BEGIN Task inputs

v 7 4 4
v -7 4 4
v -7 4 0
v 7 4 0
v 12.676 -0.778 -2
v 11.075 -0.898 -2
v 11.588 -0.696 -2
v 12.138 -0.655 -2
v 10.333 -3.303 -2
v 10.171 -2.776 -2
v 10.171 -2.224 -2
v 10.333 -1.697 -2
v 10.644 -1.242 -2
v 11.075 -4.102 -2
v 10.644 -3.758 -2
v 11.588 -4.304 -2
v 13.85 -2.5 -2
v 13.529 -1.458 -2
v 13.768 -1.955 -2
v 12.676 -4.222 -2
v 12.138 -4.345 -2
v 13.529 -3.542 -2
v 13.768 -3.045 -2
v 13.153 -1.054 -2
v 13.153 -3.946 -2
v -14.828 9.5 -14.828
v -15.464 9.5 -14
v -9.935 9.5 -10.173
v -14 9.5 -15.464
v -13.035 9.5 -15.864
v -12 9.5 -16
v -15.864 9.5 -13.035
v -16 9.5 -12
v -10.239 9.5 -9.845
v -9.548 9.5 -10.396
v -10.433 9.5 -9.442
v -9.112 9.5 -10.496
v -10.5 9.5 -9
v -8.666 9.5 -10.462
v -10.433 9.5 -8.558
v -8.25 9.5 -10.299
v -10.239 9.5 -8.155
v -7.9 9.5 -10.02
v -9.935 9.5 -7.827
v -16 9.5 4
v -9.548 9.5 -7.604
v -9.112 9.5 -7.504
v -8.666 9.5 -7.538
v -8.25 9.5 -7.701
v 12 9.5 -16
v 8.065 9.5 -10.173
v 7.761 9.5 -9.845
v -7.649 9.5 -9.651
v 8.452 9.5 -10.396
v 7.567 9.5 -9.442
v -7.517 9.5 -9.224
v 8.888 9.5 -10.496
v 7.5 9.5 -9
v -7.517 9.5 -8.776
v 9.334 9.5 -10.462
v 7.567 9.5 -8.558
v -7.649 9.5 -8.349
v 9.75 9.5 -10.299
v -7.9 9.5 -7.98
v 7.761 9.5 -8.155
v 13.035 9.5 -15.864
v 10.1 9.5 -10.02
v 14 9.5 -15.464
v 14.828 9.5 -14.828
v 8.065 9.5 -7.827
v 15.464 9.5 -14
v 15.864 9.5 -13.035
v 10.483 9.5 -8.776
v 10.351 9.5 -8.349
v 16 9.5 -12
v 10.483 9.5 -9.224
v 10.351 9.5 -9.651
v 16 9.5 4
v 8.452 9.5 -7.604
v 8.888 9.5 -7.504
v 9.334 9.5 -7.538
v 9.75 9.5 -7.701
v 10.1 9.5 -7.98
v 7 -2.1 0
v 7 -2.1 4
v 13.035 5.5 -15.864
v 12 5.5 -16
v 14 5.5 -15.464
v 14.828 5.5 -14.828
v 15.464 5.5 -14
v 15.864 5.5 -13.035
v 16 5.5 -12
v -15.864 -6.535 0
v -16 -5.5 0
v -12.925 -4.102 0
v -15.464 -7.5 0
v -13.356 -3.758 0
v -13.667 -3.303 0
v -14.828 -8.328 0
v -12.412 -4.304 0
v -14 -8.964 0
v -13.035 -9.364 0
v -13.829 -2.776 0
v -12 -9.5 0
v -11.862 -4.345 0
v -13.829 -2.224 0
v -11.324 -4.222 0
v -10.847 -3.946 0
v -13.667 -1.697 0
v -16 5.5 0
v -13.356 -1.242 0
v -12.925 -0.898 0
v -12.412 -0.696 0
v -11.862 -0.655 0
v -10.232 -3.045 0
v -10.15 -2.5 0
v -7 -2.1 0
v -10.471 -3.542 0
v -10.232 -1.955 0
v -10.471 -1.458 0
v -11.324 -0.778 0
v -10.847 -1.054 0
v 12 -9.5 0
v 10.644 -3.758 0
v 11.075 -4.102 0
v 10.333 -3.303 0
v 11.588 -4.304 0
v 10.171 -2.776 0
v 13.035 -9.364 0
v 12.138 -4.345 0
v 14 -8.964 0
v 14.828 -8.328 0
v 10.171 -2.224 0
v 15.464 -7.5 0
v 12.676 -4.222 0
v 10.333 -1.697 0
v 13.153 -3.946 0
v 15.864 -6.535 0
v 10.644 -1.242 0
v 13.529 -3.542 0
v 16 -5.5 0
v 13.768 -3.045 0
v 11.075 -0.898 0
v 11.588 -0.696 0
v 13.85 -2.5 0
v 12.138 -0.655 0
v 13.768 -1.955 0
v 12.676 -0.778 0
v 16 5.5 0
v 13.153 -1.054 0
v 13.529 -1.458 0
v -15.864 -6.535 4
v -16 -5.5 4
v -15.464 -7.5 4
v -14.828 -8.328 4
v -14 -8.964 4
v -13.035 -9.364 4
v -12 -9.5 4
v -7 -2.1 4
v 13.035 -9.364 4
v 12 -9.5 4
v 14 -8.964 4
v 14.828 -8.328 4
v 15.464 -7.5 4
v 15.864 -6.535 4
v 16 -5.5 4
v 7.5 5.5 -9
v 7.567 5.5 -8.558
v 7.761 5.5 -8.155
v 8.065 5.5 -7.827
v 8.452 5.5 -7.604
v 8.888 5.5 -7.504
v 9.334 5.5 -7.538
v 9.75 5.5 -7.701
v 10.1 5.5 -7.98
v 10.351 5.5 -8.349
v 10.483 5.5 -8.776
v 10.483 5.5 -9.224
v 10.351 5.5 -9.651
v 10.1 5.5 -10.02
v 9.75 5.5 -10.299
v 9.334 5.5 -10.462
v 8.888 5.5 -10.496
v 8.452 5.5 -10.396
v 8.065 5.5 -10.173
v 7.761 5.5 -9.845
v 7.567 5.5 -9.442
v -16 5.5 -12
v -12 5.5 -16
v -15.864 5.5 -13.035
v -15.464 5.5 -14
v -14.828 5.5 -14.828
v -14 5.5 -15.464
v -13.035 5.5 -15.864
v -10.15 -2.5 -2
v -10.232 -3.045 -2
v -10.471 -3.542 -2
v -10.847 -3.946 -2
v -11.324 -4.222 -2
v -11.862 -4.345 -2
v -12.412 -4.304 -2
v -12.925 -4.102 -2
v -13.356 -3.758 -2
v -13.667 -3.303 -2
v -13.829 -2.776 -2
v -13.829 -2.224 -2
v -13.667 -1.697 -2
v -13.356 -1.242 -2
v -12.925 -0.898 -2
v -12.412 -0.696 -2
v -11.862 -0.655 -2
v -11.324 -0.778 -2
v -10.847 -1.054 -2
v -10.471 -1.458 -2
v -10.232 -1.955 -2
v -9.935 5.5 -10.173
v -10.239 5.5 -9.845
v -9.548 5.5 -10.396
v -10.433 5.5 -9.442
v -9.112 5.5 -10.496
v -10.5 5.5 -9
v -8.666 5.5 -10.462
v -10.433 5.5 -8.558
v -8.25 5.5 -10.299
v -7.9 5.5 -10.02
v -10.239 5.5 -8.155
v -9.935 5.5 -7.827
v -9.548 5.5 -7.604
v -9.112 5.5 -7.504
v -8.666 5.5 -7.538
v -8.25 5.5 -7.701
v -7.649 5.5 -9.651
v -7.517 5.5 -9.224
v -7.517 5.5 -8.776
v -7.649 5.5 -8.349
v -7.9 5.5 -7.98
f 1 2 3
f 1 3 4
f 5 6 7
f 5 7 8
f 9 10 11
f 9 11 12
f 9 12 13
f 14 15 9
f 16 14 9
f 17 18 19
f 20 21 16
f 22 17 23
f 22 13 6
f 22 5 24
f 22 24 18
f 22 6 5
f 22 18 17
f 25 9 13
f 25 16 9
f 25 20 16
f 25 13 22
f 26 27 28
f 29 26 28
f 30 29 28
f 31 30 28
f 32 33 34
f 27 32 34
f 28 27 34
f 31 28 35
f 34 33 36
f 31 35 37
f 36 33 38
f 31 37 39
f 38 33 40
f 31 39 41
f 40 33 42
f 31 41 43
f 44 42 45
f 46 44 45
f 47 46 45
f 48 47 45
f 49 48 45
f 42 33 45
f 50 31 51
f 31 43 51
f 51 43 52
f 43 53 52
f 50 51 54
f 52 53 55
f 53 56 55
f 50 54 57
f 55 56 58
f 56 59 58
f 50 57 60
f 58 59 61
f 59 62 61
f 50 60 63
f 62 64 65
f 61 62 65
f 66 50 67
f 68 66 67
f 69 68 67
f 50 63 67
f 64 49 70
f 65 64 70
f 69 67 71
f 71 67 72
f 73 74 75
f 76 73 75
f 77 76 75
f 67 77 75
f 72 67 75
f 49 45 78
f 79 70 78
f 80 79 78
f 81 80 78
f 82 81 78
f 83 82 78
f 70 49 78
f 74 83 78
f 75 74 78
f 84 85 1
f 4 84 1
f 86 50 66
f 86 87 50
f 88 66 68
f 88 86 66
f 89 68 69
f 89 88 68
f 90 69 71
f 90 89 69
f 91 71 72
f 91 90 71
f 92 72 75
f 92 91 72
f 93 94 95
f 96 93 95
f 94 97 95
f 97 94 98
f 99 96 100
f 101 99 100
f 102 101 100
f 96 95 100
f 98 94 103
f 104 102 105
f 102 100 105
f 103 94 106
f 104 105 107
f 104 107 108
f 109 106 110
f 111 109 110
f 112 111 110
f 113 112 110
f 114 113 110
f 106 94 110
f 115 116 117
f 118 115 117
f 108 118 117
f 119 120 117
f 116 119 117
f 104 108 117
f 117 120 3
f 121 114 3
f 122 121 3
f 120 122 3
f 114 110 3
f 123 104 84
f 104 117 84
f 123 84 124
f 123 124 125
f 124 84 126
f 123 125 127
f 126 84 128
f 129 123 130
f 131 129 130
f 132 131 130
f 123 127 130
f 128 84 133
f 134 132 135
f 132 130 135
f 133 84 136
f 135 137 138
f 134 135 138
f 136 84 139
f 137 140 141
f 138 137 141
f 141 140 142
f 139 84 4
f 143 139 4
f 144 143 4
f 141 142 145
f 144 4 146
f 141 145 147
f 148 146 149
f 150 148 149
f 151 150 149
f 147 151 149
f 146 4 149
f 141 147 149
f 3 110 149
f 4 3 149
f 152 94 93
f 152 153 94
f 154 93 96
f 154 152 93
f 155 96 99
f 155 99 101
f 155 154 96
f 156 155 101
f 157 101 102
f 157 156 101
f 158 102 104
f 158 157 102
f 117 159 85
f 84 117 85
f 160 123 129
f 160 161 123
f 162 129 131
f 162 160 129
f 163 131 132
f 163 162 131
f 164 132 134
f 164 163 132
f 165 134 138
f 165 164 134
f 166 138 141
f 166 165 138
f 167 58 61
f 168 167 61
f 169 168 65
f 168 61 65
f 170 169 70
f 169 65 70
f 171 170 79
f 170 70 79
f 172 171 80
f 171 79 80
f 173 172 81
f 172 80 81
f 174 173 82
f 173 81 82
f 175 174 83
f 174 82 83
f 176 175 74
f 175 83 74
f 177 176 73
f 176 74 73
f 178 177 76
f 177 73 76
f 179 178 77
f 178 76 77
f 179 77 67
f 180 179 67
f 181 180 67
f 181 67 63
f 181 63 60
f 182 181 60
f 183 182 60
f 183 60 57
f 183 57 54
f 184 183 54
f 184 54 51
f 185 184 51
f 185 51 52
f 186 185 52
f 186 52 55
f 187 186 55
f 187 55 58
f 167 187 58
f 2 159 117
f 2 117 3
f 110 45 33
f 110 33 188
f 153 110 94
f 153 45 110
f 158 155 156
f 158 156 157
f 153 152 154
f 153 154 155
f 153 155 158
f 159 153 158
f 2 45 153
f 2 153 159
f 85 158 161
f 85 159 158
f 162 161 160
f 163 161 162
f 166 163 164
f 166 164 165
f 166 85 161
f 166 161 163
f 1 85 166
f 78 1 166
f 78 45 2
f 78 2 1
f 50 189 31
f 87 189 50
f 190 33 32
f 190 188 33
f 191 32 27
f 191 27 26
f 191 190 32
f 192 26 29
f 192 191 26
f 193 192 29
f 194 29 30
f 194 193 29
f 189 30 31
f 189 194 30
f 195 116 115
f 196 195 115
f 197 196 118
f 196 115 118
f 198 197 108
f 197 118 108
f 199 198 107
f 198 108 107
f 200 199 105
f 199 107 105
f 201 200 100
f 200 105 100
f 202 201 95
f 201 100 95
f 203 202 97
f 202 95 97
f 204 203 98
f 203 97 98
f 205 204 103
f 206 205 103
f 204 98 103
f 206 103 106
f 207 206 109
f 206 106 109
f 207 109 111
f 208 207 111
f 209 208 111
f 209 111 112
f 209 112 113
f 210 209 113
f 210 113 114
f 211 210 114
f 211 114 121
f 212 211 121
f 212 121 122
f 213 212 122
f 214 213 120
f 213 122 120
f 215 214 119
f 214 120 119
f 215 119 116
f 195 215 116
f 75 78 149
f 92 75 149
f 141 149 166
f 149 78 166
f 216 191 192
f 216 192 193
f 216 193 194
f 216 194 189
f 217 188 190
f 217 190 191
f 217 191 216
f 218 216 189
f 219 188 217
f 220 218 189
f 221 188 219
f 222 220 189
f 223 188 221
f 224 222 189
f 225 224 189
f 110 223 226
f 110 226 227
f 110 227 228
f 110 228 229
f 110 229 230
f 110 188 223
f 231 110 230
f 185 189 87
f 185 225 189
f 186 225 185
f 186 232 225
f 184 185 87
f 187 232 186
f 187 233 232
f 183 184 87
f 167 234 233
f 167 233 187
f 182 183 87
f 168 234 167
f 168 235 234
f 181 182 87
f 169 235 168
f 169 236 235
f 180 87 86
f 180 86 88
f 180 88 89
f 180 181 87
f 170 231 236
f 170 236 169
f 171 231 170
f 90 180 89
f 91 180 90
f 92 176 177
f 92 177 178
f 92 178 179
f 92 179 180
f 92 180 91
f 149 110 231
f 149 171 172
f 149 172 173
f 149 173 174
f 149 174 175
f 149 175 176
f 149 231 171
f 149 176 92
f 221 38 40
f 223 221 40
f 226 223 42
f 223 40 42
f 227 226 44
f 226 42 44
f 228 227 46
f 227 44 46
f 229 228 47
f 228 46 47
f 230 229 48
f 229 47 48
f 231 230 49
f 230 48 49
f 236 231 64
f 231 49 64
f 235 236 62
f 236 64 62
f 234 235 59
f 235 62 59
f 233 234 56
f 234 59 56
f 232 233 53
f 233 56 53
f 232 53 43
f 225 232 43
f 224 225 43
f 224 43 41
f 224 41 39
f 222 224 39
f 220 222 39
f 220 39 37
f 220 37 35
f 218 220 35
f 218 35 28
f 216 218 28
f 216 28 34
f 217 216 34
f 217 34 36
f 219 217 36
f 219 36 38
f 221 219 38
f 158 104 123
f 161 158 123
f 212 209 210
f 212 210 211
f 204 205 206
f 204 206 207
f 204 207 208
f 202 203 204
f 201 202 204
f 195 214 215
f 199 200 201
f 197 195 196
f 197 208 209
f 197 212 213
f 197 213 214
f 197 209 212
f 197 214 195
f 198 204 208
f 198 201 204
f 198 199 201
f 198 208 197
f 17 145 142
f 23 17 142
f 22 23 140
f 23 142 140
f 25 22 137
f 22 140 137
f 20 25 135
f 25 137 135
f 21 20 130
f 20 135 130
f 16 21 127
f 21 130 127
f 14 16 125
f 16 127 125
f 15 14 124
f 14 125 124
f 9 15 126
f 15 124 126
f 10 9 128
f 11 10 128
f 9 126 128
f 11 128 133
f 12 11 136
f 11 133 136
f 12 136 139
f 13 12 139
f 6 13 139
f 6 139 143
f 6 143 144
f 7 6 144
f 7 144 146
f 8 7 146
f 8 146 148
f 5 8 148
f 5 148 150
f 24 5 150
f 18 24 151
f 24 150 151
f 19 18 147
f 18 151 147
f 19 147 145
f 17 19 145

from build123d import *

# Parameters (mm, degrees)
F0_W     = 32
F0_H     = 19
F1_DEPTH = 4
F2_W     = 32
F2_H     = 4
F3_DEPTH = 16
F5_W     = 14
F5_H     = 6.1
F6_DEPTH = 25
F7_R     = 1.85
F8_DEPTH = 2
F9_D     = 3
F10_R    = 4


with BuildPart() as f1:
    # F0 (on Top) → F1 (new body)
    with BuildSketch(Plane.XY):
        Rectangle(F0_W, F0_H)
    extrude(amount=F1_DEPTH)

    # F2 (on face) → F3 (join)
    with BuildSketch(Plane(origin=(0, 0, 0), x_dir=(1, 0, 0), z_dir=(0, 0, -1))):
        with Locations((0, -7.5)):
            Rectangle(F2_W, F2_H)
    extrude(amount=F3_DEPTH)

    # F5 (on face) → F6 (cut)
    with BuildSketch(Plane.XY.offset(4)):
        with Locations((0, 0.95)):
            Rectangle(F5_W, F5_H)
    extrude(amount=-F6_DEPTH, mode=Mode.SUBTRACT)

    # F7 (on face) → F8 (join)
    with BuildSketch(Plane(origin=(0, 0, 0), x_dir=(1, 0, 0), z_dir=(0, 0, -1))):
        with Locations((-12, 2.5)):
            Circle(F7_R)
        with Locations((12, 2.5)):
            Circle(F7_R)
    extrude(amount=F8_DEPTH)

    # F9 (through all)
    with Locations(Plane.XZ.offset(-5.5)):
        with Locations((-9, -9), (9, -9)):
            Hole(F9_D / 2)

    # F10
    f10_edges = [f1.edges().sort_by_distance(p)[0] for p in [
        (16, -9.5, 2),
        (-16, -9.5, 2),
        (-16, 7.5, -16),
        (16, 7.5, -16),
    ]]
    fillet(f10_edges, radius=F10_R)


solid = f1.part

END Task inputs

What to work on ▸ Could you copy exactly the lines from the first line of the records above through the line containing "v -15.864 9.5 -13.035", both included, and nothing else?

Written response ▸
v 7 4 4
v -7 4 4
v -7 4 0
v 7 4 0
v 12.676 -0.778 -2
v 11.075 -0.898 -2
v 11.588 -0.696 -2
v 12.138 -0.655 -2
v 10.333 -3.303 -2
v 10.171 -2.776 -2
v 10.171 -2.224 -2
v 10.333 -1.697 -2
v 10.644 -1.242 -2
v 11.075 -4.102 -2
v 10.644 -3.758 -2
v 11.588 -4.304 -2
v 13.85 -2.5 -2
v 13.529 -1.458 -2
v 13.768 -1.955 -2
v 12.676 -4.222 -2
v 12.138 -4.345 -2
v 13.529 -3.542 -2
v 13.768 -3.045 -2
v 13.153 -1.054 -2
v 13.153 -3.946 -2
v -14.828 9.5 -14.828
v -15.464 9.5 -14
v -9.935 9.5 -10.173
v -14 9.5 -15.464
v -13.035 9.5 -15.864
v -12 9.5 -16
v -15.864 9.5 -13.035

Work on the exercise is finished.